Last weekend Mr. P and I got out to see "Sherlock Holmes." I'm a fan of Robert Downey Jr. and a bigger fan of Sherlock Holmes, so it was a must-see for me. I liked the movie a lot.
Reviewers on the web seem to be torn between "it's not kosher!"-type objections and appreciation for the fresh treatment. Here's what I liked about it:
1. It did not try to be "authentic." I think to have done so would have been box-office poison. The original stories and novels (and yes, I have read all of them, during a two-day, Percodan-laced binge following extraction of my wisdom teeth) had plentiful adventure, but in the style of the times. I personally love late-Victorian adventure writing; I don't think anyone's ever really done it better than Doyle, Haggard, Verne, Kipling, et al.; but it was made for a pre-cinema age and for a reading public whose primary entertainment was ... reading! And, of course, the stage. I don't see anything wrong with re-imagining great characters for a modern audience whose primary entertainments are on screen.
2. It did not over-explain. Holmes in the stories had to verbalize his deductions because, you know, in a book you can't see what's happening. The author only gives you the clues he wants to - and Doyle did not necessarily feed them all to the audience in a way that the average reader could put together. This movie treatment did, contrary to what one reviewer said, illustrate the method by which Holmes reached his conclusions.
3. It was not ultra-violent. The movie had plenty of action, thrills, chills, and mayhem, but it wasn't oppressive. Abundant humor in the script and (even more important) in the performances kept things clicking along nicely. Some witty editing helped, too.
4. It had a great villain (nicely acted and a terrific voice). I suspected there would be a non-supernatural explanation for everything; we've seen it before, done with much less panache and fun ("The Prestige," anyone?) but the fact is that people of that time were quite ready to embrace a supernatural terror. It was very easy then to fool a credulous public. (Even easier than it is now.) With the villain in "Sherlock Holmes," the only thing that wasn't adequately explained was his source of funds. Unacknowledged heirs commonly had a good bit of trouble getting their hands on the moolah.

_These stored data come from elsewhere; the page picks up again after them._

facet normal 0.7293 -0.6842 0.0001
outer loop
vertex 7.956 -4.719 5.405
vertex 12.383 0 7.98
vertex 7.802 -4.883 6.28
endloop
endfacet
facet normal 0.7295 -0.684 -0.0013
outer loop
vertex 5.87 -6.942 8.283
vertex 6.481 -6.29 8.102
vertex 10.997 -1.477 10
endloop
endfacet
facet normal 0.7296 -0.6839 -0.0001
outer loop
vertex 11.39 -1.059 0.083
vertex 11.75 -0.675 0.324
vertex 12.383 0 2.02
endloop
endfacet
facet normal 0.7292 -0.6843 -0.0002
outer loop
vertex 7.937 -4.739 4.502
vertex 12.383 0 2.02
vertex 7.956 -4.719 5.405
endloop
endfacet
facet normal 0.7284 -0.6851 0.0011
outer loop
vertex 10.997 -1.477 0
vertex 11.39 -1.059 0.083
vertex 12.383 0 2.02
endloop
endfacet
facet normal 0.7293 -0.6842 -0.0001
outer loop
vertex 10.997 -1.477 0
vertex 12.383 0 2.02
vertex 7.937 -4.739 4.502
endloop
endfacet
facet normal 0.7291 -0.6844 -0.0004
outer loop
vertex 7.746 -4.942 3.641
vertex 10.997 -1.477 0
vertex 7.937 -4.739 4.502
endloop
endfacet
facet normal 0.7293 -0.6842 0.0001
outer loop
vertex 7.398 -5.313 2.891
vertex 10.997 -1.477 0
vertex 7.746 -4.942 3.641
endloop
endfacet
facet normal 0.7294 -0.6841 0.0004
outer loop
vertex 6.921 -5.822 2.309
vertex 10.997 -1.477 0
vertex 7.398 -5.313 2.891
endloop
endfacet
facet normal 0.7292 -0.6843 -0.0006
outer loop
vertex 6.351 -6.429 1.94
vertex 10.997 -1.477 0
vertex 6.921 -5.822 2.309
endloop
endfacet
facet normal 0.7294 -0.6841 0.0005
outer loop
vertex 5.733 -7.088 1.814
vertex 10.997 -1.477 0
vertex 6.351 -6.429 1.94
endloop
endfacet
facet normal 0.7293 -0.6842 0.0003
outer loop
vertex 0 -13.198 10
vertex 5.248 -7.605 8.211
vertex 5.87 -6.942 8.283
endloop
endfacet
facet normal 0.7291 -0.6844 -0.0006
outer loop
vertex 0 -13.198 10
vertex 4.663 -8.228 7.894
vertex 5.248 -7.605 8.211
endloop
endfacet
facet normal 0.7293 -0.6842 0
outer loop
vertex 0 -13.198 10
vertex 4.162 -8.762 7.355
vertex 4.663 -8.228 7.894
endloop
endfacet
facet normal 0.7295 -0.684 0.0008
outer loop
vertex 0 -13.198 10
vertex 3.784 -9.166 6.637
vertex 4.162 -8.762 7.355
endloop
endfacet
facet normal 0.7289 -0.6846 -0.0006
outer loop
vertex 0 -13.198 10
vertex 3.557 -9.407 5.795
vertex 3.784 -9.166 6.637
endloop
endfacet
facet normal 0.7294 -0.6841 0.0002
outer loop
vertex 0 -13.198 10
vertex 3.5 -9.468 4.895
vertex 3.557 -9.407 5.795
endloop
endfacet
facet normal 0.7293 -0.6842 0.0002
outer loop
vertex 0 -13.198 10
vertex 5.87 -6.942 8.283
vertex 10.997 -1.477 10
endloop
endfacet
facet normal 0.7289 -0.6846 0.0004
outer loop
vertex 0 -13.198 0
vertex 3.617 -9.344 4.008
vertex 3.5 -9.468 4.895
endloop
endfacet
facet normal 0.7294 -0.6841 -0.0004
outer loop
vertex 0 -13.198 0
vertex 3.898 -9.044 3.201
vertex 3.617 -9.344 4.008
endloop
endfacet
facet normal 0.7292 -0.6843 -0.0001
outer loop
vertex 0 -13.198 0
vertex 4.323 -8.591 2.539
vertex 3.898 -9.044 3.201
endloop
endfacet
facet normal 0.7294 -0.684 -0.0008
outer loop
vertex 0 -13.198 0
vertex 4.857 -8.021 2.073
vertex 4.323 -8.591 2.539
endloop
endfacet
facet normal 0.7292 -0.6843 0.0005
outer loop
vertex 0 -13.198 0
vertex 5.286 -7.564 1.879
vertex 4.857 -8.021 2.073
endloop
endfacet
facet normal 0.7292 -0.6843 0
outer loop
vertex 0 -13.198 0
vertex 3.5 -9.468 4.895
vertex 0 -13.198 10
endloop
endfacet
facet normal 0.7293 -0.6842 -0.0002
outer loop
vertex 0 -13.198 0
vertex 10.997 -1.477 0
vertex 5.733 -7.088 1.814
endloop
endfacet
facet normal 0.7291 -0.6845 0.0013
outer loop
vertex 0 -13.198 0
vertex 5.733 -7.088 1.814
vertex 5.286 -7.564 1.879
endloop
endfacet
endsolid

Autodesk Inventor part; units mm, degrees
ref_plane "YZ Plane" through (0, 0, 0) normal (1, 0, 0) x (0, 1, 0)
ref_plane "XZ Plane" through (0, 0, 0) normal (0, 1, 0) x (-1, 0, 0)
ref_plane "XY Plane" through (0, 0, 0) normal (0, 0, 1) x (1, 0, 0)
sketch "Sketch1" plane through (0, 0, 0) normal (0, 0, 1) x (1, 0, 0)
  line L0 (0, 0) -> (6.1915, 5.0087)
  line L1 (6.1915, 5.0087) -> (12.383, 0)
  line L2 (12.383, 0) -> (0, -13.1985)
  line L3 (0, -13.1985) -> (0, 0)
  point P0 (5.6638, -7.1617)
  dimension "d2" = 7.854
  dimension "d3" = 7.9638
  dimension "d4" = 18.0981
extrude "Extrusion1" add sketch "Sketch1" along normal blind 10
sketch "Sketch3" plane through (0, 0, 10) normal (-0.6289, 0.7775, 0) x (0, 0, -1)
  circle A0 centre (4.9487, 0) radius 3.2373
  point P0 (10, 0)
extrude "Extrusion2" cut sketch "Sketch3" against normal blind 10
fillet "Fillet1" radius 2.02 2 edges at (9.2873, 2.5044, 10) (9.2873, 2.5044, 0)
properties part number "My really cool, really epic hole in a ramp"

5. Downey Jr.'s character reading and the production design. All the classic accoutrements of Sherlock Holmes are present, and the movie lets you see how he lives in and with them. It does not spend much time discussing how much time he puts into studying the newspapers, doing experiments, practicing disguises, tagging along to crime scenes, following miscreants, though evidence for all those activities is present in his rooms. There is only so much time in a movie, after all, and I think the director used it well. The star's performance - gruff, emotionally shut down, impatient, bipolar - is very true to the original character as written.
I will be delighted to add this one to the permanent collection when it becomes available. In the meantime, I may return to the original stories on those nights when I don't want to commit to a full-length book. And then I expect I will get sucked back into Laurie R. King's excellent Holmes series. It's a slippery slope!